Elissa Gershowitz has written recently in Horn Book about the trashy books teens read, and how sharing that they’re reading them to an adult (like, say, the librarian) makes them “avert their eyes”. I think she’s wrong about that. I’d say most librarians these days have a pretty relaxed attitude towards kids’ reading tastes, and are more likely to capitalize on those tastes than judge them. And, more importantly, kids reading what they LIKE to read aren’t ashamed of their tastes. They just don’t read their preferred texts around people who don’t respect their reading choices or take away what they want to read– they find people who are excited about those books, and will give them what they want. Whether adults include or exclude kids’ favorite books on the basis of  whether those books are “trash” or “quality literature”, those books are everywhere. Gershowitz argues that most trashy books have no staying power (some don’t, some do, just like any other kind of book). Mostly, I don’t think writers write their books with the intention of writing classics, with the exception of those literary types bent on writing the Great American Novel.

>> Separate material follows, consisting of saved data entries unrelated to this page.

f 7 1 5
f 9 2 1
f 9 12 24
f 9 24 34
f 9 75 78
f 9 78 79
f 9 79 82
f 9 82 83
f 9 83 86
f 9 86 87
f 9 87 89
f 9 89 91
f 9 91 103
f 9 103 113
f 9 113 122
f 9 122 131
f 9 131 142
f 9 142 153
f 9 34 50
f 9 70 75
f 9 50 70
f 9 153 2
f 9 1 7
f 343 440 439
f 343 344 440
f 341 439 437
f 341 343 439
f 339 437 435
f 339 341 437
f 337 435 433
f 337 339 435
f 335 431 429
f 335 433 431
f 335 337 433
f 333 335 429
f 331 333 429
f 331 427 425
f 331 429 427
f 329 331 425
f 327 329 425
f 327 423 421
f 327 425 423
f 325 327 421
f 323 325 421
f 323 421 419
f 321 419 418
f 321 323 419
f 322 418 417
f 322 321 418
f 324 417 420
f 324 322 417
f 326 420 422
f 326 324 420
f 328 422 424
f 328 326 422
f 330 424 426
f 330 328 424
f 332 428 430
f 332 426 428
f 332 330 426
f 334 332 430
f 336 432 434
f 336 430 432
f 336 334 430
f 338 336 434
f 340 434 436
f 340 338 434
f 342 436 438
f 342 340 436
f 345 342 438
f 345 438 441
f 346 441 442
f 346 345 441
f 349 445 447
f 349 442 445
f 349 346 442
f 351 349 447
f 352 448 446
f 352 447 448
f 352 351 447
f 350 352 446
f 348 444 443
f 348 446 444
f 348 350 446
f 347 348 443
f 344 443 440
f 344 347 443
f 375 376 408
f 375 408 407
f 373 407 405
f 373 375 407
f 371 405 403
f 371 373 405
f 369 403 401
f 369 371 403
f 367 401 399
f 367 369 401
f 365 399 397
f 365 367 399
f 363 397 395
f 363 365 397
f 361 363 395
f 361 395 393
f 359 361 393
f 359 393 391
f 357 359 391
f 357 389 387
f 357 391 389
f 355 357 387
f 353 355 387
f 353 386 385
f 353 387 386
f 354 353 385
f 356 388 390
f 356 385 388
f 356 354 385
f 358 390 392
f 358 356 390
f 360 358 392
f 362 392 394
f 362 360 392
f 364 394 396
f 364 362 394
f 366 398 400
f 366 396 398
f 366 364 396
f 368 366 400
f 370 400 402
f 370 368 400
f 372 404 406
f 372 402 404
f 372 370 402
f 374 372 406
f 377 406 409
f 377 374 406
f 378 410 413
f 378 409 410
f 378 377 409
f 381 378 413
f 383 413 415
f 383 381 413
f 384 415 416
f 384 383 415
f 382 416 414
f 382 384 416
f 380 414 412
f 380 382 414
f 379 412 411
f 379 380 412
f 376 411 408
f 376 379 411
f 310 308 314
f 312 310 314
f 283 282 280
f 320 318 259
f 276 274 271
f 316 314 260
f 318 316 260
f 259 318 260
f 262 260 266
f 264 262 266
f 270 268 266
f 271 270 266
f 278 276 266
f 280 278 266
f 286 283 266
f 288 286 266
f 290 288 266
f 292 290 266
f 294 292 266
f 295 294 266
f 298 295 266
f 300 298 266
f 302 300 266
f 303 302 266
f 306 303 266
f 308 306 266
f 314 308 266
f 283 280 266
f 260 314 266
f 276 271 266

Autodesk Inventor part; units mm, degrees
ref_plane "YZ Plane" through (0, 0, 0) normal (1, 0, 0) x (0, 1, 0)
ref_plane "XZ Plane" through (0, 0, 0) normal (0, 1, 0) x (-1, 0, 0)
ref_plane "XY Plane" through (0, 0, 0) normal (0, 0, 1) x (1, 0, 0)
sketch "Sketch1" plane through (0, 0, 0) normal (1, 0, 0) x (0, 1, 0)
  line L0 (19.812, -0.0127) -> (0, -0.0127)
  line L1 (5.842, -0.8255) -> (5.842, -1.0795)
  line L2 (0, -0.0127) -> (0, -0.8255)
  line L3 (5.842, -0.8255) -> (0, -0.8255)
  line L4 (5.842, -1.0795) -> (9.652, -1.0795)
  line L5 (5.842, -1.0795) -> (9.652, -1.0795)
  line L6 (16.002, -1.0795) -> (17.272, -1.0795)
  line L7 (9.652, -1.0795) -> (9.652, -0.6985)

Gershowitz asks what makes one trashy book the standout above all the others of its kind. Well, today I would say a lot of it has to do with marketing. I was a newly minted children’s librarian widely read in science fiction, fantasy, and children’s books of all kinds, when I first encountered Harry Potter and the Sorcerer’s Stone (widely considered trash by authorities in the field of children’s literature). My reaction was that it was a pretty good fantasy novel. It wasn’t an instant takeoff– I returned to school at the end of 1999 and hardly heard boo about it. A year later I walked into a Hallmark store and almost crashed into an overwhelming display of  Harry Potter merchandise. I read both Twilight and The Hunger Games before they became massive hits, too. What makes these books “standouts” of epic proportions is cross-marketing that is completely immersive and overpowering. It’s impossible to include Twilight in the same category as some of these other books Gershowitz mentions.

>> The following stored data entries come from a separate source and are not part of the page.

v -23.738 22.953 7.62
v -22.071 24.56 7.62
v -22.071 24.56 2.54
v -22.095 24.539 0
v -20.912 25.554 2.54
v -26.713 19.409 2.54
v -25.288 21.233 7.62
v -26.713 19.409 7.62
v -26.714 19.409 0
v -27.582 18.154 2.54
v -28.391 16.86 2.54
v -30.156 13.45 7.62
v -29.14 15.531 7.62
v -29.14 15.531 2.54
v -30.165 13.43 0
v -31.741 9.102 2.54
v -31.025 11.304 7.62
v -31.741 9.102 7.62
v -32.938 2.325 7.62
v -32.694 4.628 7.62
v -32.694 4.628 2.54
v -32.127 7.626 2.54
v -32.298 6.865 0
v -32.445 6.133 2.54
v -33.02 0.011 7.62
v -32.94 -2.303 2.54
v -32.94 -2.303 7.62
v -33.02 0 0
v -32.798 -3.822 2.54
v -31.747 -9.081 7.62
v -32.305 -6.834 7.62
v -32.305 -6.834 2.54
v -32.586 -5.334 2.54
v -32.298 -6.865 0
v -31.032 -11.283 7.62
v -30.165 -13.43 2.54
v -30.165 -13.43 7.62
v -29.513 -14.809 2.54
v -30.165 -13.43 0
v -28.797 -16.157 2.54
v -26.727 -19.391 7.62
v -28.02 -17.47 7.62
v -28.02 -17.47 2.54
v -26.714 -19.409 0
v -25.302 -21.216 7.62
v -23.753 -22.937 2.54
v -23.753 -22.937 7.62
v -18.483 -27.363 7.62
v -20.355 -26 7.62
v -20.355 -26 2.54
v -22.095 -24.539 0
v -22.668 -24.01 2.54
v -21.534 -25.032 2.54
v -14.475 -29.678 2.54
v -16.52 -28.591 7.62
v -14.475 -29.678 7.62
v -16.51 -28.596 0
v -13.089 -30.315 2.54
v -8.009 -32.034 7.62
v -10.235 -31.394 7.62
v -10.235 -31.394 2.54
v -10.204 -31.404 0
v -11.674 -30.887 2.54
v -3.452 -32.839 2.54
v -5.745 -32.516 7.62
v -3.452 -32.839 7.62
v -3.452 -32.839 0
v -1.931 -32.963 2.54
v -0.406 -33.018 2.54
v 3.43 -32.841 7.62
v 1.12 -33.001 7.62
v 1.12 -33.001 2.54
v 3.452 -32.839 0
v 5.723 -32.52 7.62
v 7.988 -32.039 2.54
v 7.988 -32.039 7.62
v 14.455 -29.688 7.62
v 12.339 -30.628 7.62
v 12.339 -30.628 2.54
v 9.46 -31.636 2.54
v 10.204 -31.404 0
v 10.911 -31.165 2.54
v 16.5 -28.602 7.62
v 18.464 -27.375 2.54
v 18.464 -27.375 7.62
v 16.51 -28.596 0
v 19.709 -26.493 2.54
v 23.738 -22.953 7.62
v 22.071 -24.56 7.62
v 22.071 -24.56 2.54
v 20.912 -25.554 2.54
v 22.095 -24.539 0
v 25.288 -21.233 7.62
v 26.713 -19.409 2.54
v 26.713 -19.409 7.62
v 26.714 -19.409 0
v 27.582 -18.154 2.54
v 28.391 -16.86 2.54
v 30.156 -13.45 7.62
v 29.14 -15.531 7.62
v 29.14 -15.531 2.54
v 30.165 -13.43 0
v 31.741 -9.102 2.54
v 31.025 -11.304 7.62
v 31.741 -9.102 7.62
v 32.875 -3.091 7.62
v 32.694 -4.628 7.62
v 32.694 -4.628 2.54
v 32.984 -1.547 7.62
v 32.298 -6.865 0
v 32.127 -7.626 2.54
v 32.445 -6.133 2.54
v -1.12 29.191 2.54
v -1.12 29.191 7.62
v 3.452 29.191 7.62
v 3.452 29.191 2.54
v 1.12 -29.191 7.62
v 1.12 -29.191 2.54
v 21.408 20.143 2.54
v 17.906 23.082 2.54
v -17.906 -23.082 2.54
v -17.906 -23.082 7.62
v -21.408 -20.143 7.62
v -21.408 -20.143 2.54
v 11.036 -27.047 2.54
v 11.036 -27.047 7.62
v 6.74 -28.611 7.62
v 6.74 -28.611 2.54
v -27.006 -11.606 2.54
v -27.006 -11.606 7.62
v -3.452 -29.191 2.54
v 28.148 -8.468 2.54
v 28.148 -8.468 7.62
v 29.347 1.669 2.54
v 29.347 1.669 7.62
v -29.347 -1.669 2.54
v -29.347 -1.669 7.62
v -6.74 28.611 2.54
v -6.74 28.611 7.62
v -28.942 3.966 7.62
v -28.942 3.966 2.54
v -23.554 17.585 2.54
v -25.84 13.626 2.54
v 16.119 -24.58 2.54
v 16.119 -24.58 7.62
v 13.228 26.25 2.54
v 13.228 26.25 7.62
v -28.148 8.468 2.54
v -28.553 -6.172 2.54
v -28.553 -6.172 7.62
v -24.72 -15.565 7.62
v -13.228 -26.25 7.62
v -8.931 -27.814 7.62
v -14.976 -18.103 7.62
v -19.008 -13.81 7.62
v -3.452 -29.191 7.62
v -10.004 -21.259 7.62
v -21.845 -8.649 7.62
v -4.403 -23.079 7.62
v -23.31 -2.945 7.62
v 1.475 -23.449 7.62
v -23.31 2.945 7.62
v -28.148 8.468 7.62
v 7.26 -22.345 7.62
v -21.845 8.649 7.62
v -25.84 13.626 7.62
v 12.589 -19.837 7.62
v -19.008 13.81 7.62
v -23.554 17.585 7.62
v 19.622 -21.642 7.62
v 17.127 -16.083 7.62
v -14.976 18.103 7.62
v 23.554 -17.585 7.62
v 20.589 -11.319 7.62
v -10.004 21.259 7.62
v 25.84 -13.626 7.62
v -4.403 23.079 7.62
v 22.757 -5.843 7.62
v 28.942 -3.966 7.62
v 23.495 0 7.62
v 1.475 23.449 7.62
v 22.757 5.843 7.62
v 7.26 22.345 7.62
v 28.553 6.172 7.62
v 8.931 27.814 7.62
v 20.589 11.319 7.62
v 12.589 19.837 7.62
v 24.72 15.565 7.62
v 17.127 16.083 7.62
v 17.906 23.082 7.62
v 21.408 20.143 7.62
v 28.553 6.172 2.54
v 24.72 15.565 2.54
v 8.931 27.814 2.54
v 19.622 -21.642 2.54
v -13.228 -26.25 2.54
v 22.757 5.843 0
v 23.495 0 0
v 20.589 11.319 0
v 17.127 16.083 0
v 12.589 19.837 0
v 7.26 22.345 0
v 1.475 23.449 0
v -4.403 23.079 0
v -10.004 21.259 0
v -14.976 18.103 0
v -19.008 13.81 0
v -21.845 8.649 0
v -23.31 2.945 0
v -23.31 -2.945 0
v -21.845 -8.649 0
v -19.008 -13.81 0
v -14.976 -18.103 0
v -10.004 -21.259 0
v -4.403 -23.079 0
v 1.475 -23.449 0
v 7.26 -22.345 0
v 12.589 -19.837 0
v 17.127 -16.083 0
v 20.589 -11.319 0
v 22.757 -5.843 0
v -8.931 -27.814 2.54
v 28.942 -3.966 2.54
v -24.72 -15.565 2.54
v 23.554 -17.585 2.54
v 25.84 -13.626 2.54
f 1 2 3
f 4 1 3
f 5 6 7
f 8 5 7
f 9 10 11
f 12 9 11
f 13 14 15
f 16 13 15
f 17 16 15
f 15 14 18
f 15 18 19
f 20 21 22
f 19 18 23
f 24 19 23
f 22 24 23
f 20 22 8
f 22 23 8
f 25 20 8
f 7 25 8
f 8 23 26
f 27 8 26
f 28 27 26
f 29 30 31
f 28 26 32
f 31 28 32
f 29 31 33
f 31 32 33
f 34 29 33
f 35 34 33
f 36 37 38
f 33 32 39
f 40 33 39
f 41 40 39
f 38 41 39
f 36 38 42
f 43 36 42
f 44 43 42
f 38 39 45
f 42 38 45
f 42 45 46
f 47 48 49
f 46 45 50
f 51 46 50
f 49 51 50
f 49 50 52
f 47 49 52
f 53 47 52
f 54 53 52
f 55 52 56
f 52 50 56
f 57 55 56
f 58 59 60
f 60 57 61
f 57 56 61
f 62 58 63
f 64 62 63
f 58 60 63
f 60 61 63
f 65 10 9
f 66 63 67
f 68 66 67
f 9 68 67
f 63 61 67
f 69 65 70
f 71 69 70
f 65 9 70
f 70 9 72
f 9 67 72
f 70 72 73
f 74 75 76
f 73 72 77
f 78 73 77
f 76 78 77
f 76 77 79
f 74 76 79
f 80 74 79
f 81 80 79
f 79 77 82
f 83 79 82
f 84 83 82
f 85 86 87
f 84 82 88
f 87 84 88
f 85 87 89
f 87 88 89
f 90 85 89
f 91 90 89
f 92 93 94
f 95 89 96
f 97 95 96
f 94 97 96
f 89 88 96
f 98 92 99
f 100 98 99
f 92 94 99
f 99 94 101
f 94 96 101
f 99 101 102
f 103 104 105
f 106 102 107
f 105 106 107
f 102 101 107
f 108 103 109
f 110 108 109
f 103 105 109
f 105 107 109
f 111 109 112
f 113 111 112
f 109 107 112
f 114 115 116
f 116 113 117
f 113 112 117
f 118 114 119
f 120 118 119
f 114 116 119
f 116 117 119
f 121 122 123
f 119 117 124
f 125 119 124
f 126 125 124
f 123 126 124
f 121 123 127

As someone who grew up during the time in which Forever, Go Ask Alice, and Flowers in the Attic were published, I believe those books are standouts in part because they address taboo topics in a frank way. They’re books my parents and teachers weren’t going to put into your hands.  They’re not especially didactic, and the protagonists speak right to you. Yes, even Cathy Dollanganger, locked in her attic in a horrifying situation as gothic as it gets, reflects back pictures that storm inside our heads. On that, I think Gershowitz and I can agree. And there’s some of that in Twilight as well, although where the book stops and the marketing starts is difficult to measure.

Contemporary YA novels are hard to compare because so much of what was taboo at that time is no big deal today. A series like Gossip Girl is like a soap opera on paper. 25 years ago those were (in theory, anyway) for adults only. The paranormal was a tiny piece of the market. With the popularity of Interview with the Vampire and Buffy the Vampire Slayer, that changed. The world of children’s and YA literature today is not the same as the one I grew up with. That’s okay, but it makes comparisons difficult. The difference between what makes a book quality literature and what makes it trash changes with time.

But here’s the thing that’s different. Teens today don’t feel like they have to hide their reading tastes from the world. In places and with people who don’t respect them or their reading choices, they aren’t going to share them, but what happens is that those places and people become irrelevant to their lives. If adults don’t address those choices in a positive way, they will find themselves locked out. And reading ‘trashy books’ won’t stop with adulthood– but, for many, it will limit whether they choose to read anything else, or choose to read at all.